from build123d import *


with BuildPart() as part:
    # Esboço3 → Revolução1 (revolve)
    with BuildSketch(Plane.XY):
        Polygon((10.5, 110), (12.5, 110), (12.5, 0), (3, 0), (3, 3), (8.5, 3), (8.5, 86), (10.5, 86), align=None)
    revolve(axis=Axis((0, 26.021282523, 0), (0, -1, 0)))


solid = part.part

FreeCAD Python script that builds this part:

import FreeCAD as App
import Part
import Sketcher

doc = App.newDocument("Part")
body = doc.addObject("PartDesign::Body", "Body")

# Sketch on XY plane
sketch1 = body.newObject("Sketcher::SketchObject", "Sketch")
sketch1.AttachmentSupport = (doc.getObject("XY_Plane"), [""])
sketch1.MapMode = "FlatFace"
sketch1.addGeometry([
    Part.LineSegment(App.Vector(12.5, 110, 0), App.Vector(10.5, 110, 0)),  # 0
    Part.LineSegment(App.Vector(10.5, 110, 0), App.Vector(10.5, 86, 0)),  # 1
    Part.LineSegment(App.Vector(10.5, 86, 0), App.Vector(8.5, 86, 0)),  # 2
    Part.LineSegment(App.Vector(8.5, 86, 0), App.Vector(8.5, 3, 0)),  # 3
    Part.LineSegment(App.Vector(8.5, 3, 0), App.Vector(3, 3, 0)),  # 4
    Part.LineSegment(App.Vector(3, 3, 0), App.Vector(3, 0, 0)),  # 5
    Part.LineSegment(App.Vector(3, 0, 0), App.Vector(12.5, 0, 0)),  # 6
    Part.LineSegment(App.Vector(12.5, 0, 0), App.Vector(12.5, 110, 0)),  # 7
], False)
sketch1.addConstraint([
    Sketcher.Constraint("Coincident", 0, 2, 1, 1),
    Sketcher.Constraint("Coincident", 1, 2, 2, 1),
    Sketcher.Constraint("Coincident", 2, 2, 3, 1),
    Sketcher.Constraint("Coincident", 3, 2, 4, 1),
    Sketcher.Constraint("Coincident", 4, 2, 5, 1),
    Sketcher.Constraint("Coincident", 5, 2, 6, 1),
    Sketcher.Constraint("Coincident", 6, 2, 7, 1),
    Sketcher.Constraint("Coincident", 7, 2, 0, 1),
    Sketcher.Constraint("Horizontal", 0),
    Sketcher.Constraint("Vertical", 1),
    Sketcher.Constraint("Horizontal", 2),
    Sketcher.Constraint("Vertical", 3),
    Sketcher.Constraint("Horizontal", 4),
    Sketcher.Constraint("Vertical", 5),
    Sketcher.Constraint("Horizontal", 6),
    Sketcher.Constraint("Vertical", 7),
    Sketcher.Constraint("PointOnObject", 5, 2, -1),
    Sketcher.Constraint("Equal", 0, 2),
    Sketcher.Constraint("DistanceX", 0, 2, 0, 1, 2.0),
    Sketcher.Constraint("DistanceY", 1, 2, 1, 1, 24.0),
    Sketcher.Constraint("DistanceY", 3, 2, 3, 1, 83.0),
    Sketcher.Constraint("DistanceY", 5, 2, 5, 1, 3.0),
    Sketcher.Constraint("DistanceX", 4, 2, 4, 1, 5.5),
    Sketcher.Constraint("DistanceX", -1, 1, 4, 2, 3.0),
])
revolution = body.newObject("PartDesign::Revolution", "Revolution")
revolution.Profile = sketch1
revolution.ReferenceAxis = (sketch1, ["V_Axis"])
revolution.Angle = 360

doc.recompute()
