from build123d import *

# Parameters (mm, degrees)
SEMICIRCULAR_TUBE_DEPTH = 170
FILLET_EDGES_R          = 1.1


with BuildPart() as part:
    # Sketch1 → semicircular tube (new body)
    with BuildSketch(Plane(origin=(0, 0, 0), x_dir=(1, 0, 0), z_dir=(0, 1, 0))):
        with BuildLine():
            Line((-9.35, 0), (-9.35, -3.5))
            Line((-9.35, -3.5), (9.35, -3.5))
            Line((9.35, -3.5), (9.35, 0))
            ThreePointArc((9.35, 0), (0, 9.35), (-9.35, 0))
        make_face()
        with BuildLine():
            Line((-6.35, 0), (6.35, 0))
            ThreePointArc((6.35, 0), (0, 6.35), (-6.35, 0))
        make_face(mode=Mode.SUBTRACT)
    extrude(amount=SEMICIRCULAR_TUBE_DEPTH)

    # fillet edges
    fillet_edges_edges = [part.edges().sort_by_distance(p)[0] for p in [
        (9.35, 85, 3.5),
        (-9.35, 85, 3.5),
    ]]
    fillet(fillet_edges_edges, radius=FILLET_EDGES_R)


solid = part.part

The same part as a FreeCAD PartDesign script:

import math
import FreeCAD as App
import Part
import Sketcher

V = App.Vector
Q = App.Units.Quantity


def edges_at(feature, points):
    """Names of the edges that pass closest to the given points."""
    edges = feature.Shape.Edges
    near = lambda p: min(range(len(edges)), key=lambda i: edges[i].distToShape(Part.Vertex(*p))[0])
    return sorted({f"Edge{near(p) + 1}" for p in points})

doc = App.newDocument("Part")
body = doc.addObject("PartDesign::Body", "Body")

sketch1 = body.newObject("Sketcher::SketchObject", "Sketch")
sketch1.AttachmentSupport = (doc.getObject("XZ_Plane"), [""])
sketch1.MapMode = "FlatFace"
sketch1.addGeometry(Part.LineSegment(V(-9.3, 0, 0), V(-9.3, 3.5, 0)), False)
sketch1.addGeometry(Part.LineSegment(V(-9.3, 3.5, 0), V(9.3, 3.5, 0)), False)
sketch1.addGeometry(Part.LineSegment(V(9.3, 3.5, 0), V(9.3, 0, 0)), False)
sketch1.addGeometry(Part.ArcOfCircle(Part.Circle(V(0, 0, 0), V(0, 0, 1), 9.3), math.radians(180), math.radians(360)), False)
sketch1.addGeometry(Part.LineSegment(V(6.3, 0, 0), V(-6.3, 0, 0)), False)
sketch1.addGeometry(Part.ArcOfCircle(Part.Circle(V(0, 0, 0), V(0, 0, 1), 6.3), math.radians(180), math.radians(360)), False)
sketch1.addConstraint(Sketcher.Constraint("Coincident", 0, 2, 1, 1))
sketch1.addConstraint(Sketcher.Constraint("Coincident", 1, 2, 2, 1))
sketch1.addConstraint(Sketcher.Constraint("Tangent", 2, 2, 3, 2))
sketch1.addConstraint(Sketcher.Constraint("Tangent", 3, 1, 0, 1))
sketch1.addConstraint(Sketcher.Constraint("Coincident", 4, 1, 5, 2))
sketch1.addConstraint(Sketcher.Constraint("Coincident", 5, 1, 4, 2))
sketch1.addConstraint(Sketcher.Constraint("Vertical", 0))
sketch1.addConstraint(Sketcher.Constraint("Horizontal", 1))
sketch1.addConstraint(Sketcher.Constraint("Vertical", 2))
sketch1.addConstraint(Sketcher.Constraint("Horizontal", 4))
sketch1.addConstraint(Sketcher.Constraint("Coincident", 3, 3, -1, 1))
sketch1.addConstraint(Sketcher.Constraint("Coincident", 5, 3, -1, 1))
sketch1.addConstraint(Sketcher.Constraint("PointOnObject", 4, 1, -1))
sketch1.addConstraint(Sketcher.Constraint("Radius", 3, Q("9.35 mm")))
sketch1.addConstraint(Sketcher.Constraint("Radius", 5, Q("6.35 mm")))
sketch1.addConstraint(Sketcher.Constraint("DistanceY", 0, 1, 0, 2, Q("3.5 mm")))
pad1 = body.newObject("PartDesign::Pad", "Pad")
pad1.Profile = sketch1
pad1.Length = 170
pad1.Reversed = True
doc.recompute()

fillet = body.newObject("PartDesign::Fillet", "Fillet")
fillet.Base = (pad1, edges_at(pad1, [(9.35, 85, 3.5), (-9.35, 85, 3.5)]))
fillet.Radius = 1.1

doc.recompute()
■ ■ ■ ■ ■ ■ ■
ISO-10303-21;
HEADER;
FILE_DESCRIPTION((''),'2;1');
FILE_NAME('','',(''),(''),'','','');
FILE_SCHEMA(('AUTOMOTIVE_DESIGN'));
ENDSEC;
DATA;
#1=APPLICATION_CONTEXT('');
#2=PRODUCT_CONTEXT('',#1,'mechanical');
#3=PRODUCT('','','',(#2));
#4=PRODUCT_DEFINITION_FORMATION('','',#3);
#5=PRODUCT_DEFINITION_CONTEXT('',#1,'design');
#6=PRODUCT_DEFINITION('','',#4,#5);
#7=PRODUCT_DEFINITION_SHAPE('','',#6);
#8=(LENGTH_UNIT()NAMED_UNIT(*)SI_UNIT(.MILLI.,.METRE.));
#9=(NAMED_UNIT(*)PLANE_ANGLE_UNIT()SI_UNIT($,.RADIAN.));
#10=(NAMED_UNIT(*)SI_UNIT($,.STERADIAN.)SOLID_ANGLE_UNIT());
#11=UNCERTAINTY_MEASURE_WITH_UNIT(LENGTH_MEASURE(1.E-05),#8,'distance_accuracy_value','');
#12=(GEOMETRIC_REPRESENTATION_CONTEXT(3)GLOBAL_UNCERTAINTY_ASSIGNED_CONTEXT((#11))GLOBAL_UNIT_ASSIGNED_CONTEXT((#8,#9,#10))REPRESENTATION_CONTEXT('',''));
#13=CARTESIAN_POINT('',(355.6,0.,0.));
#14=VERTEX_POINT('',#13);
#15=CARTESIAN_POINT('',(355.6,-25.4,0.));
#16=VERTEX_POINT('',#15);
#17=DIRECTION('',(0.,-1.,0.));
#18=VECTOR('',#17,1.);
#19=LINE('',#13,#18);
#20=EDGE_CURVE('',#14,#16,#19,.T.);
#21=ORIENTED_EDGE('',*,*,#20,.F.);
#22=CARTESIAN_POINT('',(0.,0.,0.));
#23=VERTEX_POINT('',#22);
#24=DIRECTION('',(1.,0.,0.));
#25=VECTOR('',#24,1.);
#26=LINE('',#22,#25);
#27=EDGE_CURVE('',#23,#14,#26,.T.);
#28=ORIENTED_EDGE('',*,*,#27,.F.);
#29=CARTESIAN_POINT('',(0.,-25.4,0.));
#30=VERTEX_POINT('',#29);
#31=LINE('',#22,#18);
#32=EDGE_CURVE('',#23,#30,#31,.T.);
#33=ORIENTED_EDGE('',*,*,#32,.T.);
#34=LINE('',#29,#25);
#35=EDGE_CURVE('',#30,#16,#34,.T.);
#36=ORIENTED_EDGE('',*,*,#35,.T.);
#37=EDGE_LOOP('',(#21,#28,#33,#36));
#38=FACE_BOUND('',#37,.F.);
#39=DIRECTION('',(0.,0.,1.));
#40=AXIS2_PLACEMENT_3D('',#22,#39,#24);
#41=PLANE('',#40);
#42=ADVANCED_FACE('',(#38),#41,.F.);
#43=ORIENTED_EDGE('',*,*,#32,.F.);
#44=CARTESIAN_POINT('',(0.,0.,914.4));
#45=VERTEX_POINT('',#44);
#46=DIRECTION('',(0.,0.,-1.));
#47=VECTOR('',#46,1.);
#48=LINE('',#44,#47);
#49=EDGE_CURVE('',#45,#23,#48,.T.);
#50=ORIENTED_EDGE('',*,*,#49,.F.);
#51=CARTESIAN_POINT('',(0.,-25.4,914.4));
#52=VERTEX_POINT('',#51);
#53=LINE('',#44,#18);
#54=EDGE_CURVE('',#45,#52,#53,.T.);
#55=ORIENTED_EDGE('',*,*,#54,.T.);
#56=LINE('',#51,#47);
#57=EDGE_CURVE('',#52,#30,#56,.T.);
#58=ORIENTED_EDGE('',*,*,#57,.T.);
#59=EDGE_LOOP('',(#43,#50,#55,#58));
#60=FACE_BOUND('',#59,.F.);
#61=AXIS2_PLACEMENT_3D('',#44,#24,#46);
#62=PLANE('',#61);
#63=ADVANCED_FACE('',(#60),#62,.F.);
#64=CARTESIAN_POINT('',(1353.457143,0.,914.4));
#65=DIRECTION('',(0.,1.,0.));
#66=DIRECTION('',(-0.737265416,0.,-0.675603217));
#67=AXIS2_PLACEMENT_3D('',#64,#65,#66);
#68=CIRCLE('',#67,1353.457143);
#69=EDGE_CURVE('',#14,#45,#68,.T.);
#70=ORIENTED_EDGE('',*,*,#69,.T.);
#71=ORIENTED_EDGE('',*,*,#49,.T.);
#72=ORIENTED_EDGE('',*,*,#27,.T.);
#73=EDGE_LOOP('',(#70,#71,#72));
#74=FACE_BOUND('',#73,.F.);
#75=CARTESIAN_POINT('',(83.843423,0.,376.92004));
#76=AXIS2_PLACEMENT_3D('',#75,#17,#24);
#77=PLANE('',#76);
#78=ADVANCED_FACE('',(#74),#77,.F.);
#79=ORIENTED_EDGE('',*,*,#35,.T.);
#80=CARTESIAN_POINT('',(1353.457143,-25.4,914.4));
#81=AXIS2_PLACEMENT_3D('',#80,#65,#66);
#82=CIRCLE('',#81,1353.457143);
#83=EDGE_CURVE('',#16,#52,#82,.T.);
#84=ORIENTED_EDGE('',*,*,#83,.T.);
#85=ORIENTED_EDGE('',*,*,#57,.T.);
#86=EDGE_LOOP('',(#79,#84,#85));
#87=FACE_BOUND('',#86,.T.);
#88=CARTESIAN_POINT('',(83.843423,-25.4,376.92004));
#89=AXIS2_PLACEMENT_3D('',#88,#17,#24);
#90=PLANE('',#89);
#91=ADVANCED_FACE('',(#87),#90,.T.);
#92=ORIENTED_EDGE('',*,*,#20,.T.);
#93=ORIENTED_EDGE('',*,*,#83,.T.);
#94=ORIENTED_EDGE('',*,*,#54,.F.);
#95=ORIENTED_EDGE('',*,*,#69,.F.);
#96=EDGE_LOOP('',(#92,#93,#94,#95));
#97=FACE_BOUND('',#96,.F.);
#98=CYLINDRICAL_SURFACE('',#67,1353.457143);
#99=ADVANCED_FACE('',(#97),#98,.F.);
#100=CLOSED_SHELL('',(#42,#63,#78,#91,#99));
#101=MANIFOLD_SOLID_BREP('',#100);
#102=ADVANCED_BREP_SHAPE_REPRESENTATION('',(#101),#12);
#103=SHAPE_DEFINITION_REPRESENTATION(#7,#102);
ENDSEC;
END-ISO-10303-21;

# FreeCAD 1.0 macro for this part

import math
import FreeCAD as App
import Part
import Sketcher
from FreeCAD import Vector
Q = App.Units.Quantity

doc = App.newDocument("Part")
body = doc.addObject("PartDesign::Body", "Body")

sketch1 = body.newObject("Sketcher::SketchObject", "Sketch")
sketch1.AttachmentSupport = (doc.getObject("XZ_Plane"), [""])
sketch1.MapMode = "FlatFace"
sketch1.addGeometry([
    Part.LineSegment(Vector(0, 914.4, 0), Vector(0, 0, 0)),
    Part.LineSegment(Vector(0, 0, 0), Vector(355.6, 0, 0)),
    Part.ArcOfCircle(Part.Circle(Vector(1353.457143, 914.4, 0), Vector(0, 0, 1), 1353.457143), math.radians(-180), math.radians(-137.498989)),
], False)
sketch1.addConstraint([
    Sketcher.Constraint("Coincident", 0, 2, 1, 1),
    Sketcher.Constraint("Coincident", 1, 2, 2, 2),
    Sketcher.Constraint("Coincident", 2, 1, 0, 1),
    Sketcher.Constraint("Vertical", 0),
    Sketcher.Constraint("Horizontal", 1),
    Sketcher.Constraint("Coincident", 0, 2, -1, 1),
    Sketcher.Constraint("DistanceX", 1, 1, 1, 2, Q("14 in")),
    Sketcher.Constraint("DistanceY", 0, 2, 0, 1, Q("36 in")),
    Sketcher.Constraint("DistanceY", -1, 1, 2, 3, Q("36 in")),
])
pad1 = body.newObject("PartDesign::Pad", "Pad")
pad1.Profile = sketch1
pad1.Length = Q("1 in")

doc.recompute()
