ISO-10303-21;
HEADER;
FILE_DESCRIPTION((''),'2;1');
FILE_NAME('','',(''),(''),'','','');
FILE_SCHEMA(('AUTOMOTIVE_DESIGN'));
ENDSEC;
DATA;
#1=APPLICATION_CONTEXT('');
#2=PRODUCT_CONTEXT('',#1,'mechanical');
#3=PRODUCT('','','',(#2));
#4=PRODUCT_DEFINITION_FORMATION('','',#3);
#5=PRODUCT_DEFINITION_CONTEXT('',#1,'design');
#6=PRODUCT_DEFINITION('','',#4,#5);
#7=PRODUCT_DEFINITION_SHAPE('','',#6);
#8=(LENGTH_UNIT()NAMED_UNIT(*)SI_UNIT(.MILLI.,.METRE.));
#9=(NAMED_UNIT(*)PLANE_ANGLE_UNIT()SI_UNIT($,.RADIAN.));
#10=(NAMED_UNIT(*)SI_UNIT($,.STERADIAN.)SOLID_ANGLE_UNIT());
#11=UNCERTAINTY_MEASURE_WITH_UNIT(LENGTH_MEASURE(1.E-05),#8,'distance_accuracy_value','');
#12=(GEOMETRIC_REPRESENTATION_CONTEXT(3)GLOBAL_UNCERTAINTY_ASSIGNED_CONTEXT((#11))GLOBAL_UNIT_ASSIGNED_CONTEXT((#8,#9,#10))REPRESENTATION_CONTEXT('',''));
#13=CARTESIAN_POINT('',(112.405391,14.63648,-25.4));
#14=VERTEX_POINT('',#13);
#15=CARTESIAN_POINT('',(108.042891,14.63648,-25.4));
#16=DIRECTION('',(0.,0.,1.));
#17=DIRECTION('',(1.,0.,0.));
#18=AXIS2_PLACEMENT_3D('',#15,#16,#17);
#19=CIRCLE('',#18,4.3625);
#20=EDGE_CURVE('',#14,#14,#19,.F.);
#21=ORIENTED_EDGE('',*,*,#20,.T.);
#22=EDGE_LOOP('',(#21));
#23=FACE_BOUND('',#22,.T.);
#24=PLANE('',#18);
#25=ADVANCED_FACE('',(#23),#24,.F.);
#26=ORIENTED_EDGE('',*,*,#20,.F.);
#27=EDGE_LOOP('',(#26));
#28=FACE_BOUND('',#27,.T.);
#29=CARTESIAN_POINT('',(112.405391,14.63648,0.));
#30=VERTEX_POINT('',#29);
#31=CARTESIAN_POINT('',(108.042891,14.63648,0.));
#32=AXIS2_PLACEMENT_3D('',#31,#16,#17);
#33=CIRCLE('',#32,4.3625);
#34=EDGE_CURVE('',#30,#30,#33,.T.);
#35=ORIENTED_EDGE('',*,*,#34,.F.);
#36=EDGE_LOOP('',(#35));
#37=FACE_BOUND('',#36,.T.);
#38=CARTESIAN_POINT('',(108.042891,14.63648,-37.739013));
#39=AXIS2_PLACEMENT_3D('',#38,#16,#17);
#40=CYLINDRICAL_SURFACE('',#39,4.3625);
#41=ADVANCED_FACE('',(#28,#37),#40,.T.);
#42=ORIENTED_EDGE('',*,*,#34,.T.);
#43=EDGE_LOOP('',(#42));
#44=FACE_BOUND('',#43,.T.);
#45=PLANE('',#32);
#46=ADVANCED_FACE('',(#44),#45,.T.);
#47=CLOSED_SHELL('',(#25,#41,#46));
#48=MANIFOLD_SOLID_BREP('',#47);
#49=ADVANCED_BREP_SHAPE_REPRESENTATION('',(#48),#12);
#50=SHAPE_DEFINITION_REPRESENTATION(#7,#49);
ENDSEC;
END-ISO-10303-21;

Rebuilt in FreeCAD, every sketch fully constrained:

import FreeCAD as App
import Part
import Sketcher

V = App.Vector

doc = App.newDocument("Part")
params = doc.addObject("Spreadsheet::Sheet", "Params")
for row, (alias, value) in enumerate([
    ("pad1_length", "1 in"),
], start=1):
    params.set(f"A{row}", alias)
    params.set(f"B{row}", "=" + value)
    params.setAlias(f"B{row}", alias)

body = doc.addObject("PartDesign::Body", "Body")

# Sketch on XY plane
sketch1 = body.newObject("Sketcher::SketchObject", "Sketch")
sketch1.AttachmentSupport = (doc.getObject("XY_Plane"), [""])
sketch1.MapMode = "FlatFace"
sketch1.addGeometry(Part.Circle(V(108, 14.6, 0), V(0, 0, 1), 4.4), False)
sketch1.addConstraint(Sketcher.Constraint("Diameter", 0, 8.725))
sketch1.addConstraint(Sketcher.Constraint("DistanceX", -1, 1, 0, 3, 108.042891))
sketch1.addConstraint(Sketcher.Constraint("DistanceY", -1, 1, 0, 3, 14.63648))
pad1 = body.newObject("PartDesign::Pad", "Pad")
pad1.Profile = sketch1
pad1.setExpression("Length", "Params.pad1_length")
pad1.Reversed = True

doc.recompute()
■ ■ ■ ■ ■ ■ ■
How to complete this task:
Return word for word the lines above from the line with "#85=ORIENTED_EDGE('',*,*,#57,.T.);" to the line with "#95=ORIENTED_EDGE('',*,*,#69,.F.);", including both and leaving out all others.

Output below:
#85=ORIENTED_EDGE('',*,*,#57,.T.);
#86=EDGE_LOOP('',(#79,#84,#85));
#87=FACE_BOUND('',#86,.T.);
#88=CARTESIAN_POINT('',(83.843423,-25.4,376.92004));
#89=AXIS2_PLACEMENT_3D('',#88,#17,#24);
#90=PLANE('',#89);
#91=ADVANCED_FACE('',(#87),#90,.T.);
#92=ORIENTED_EDGE('',*,*,#20,.T.);
#93=ORIENTED_EDGE('',*,*,#83,.T.);
#94=ORIENTED_EDGE('',*,*,#54,.F.);
#95=ORIENTED_EDGE('',*,*,#69,.F.);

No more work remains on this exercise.